* Exercise inputs
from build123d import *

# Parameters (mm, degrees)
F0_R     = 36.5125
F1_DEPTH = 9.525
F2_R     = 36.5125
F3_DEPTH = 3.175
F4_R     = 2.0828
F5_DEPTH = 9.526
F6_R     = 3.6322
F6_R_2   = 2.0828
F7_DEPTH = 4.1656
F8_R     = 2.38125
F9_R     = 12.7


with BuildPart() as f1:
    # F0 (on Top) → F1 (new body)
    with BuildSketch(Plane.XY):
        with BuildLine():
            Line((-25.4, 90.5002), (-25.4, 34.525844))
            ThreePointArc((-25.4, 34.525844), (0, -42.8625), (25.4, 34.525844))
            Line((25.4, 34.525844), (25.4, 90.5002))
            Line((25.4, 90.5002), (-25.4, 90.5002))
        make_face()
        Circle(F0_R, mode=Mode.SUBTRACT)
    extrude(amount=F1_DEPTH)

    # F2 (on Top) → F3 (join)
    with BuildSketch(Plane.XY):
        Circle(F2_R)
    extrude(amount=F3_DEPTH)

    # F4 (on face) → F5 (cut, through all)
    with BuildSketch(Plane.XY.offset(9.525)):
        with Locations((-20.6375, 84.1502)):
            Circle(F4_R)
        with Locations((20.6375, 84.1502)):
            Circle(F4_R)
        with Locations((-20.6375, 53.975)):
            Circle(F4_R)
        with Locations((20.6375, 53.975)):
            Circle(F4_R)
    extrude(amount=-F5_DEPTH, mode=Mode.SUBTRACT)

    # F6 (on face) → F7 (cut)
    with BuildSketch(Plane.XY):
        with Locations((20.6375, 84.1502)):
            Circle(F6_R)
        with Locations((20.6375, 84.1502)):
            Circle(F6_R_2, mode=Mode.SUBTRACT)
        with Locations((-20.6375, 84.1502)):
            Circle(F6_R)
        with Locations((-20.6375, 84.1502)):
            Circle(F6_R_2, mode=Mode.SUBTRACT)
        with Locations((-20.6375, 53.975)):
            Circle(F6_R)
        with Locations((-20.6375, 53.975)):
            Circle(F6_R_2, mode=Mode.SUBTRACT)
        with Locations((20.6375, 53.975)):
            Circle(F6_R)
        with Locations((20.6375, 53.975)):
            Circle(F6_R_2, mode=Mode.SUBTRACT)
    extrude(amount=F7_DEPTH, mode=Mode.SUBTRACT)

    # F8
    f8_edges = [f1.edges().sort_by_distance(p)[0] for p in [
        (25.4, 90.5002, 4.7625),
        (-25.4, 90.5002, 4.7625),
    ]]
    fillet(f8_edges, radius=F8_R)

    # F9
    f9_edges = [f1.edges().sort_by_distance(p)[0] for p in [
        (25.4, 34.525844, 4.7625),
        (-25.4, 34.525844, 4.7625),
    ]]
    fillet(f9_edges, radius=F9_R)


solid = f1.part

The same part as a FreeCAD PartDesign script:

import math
import FreeCAD as App
import Part
import Sketcher

V = App.Vector
Q = App.Units.Quantity


def edges_at(feature, points):
    """Names of the edges that pass closest to the given points."""
    edges = feature.Shape.Edges
    near = lambda p: min(range(len(edges)), key=lambda i: edges[i].distToShape(Part.Vertex(*p))[0])
    return sorted({f"Edge{near(p) + 1}" for p in points})

doc = App.newDocument("Part")
body = doc.addObject("PartDesign::Body", "Body")

sketch1 = body.newObject("Sketcher::SketchObject", "Sketch")
sketch1.AttachmentSupport = (doc.getObject("XY_Plane"), [""])
sketch1.MapMode = "FlatFace"
sketch1.addGeometry(Part.LineSegment(V(-25, 91, 0), V(-25, 35, 0)), False)
sketch1.addGeometry(Part.ArcOfCircle(Part.Circle(V(0, 0, 0), V(0, 0, 1), 43), math.radians(126), math.radians(414)), False)
sketch1.addGeometry(Part.LineSegment(V(25, 35, 0), V(25, 91, 0)), False)
sketch1.addGeometry(Part.LineSegment(V(25, 91, 0), V(-25, 91, 0)), False)
sketch1.addGeometry(Part.Circle(V(0, 0, 0), V(0, 0, 1), 37), False)
sketch1.addConstraint(Sketcher.Constraint("Coincident", 0, 2, 1, 1))
sketch1.addConstraint(Sketcher.Constraint("Coincident", 1, 2, 2, 1))
sketch1.addConstraint(Sketcher.Constraint("Coincident", 2, 2, 3, 1))
sketch1.addConstraint(Sketcher.Constraint("Coincident", 3, 2, 0, 1))
sketch1.addConstraint(Sketcher.Constraint("Vertical", 0))
sketch1.addConstraint(Sketcher.Constraint("Vertical", 2))
sketch1.addConstraint(Sketcher.Constraint("Horizontal", 3))
sketch1.addConstraint(Sketcher.Constraint("Coincident", 1, 3, -1, 1))
sketch1.addConstraint(Sketcher.Constraint("Coincident", 4, 3, -1, 1))
sketch1.addConstraint(Sketcher.Constraint("Horizontal", 0, 2, 1, 2))
sketch1.addConstraint(Sketcher.Constraint("DistanceX", 3, 2, 3, 1, Q("2 in")))
sketch1.addConstraint(Sketcher.Constraint("Diameter", 4, Q("2.875 in")))
sketch1.addConstraint(Sketcher.Constraint("Radius", 1, Q("1.6875 in")))
sketch1.addConstraint(Sketcher.Constraint("DistanceY", -1, 1, 2, 2, Q("3.563 in")))
pad1 = body.newObject("PartDesign::Pad", "Pad")
pad1.Profile = sketch1
pad1.Length = Q("0.375 in")

sketch2 = body.newObject("Sketcher::SketchObject", "Sketch001")
sketch2.AttachmentSupport = (doc.getObject("XY_Plane"), [""])
sketch2.MapMode = "FlatFace"
sketch2.addGeometry(Part.Circle(V(0, 0, 0), V(0, 0, 1), 37), False)
sketch2.addConstraint(Sketcher.Constraint("Coincident", 0, 3, -1, 1))
sketch2.addConstraint(Sketcher.Constraint("Diameter", 0, Q("2.875 in")))
pad2 = body.newObject("PartDesign::Pad", "Pad001")
pad2.Profile = sketch2
pad2.Length = Q("0.125 in")

sketch3 = body.newObject("Sketcher::SketchObject", "Sketch002")
sketch3.AttachmentSupport = (doc.getObject("XY_Plane"), [""])
sketch3.MapMode = "FlatFace"
sketch3.AttachmentOffset = App.Placement(V(0, 0, 0.375 * 25.4), App.Rotation())
sketch3.addGeometry(Part.Circle(V(-20.6, 84.2, 0), V(0, 0, 1), 2.1), False)
sketch3.addGeometry(Part.Circle(V(20.6, 84.2, 0), V(0, 0, 1), 2.1), False)
sketch3.addGeometry(Part.Circle(V(-20.6, 54, 0), V(0, 0, 1), 2.1), False)
sketch3.addGeometry(Part.Circle(V(20.6, 54, 0), V(0, 0, 1), 2.1), False)
sketch3.addConstraint(Sketcher.Constraint("Equal", 0, 1))
sketch3.addConstraint(Sketcher.Constraint("Equal", 1, 2))
sketch3.addConstraint(Sketcher.Constraint("Equal", 2, 3))
sketch3.addConstraint(Sketcher.Constraint("Symmetric", 0, 3, 1, 3, -2))
sketch3.addConstraint(Sketcher.Constraint("Symmetric", 2, 3, 3, 3, -2))
sketch3.addConstraint(Sketcher.Constraint("Vertical", 0, 3, 2, 3))
sketch3.addConstraint(Sketcher.Constraint("Diameter", 0, Q("0.164 in")))
sketch3.addConstraint(Sketcher.Constraint("DistanceX", 0, 3, -1, 1, Q("0.8125 in")))
sketch3.addConstraint(Sketcher.Constraint("DistanceY", -1, 1, 0, 3, Q("3.313 in")))
sketch3.addConstraint(Sketcher.Constraint("DistanceY", -1, 1, 2, 3, Q("2.125 in")))
pocket1 = body.newObject("PartDesign::Pocket", "Pocket")
pocket1.Profile = sketch3
pocket1.Type = "ThroughAll"

sketch4 = body.newObject("Sketcher::SketchObject", "Sketch003")
sketch4.AttachmentSupport = (doc.getObject("XY_Plane"), [""])
sketch4.MapMode = "FlatFace"
sketch4.addGeometry(Part.Circle(V(20.6, 84.2, 0), V(0, 0, 1), 3.6), False)
sketch4.addGeometry(Part.Circle(V(20.6, 84.2, 0), V(0, 0, 1), 2.1), False)
sketch4.addGeometry(Part.Circle(V(-20.6, 84.2, 0), V(0, 0, 1), 3.6), False)
sketch4.addGeometry(Part.Circle(V(-20.6, 84.2, 0), V(0, 0, 1), 2.1), False)
sketch4.addGeometry(Part.Circle(V(-20.6, 54, 0), V(0, 0, 1), 3.6), False)
sketch4.addGeometry(Part.Circle(V(-20.6, 54, 0), V(0, 0, 1), 2.1), False)
sketch4.addGeometry(Part.Circle(V(20.6, 54, 0), V(0, 0, 1), 3.6), False)
sketch4.addGeometry(Part.Circle(V(20.6, 54, 0), V(0, 0, 1), 2.1), False)
sketch4.addConstraint(Sketcher.Constraint("Coincident", 1, 3, 0, 3))
sketch4.addConstraint(Sketcher.Constraint("Coincident", 3, 3, 2, 3))
sketch4.addConstraint(Sketcher.Constraint("Coincident", 5, 3, 4, 3))
sketch4.addConstraint(Sketcher.Constraint("Coincident", 7, 3, 6, 3))
sketch4.addConstraint(Sketcher.Constraint("Equal", 0, 2))
sketch4.addConstraint(Sketcher.Constraint("Equal", 1, 3))
sketch4.addConstraint(Sketcher.Constraint("Equal", 2, 4))
sketch4.addConstraint(Sketcher.Constraint("Equal", 3, 5))
sketch4.addConstraint(Sketcher.Constraint("Equal", 4, 6))
sketch4.addConstraint(Sketcher.Constraint("Equal", 5, 7))
sketch4.addConstraint(Sketcher.Constraint("Symmetric", 0, 3, 2, 3, -2))
sketch4.addConstraint(Sketcher.Constraint("Symmetric", 4, 3, 6, 3, -2))
sketch4.addConstraint(Sketcher.Constraint("Vertical", 3, 3, 4, 3))
sketch4.addConstraint(Sketcher.Constraint("Diameter", 0, Q("0.286 in")))
sketch4.addConstraint(Sketcher.Constraint("Diameter", 1, Q("0.164 in")))
sketch4.addConstraint(Sketcher.Constraint("DistanceX", -1, 1, 0, 3, Q("0.8125 in")))
sketch4.addConstraint(Sketcher.Constraint("DistanceY", -1, 1, 0, 3, Q("3.313 in")))
sketch4.addConstraint(Sketcher.Constraint("DistanceY", -1, 1, 4, 3, Q("2.125 in")))
pocket2 = body.newObject("PartDesign::Pocket", "Pocket001")
pocket2.Profile = sketch4
pocket2.Length = Q("0.164 in")
pocket2.Reversed = True
doc.recompute()

fillet = body.newObject("PartDesign::Fillet", "Fillet")
fillet.Base = (pocket2, edges_at(pocket2, [(25.4, 90.5, 4.763), (-25.4, 90.5, 4.763)]))
fillet.Radius = Q("0.09375 in")
doc.recompute()

fillet2 = body.newObject("PartDesign::Fillet", "Fillet001")
fillet2.Base = (fillet, edges_at(fillet, [(25.4, 34.526, 4.763), (-25.4, 34.526, 4.763)]))
fillet2.Radius = Q("0.5 in")

doc.recompute()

* Task item
If a line in the listing has "amount" in it, report that line.

* Result
    extrude(amount=F1_DEPTH)
    extrude(amount=F3_DEPTH)
    extrude(amount=-F5_DEPTH, mode=Mode.SUBTRACT)
    extrude(amount=F7_DEPTH, mode=Mode.SUBTRACT)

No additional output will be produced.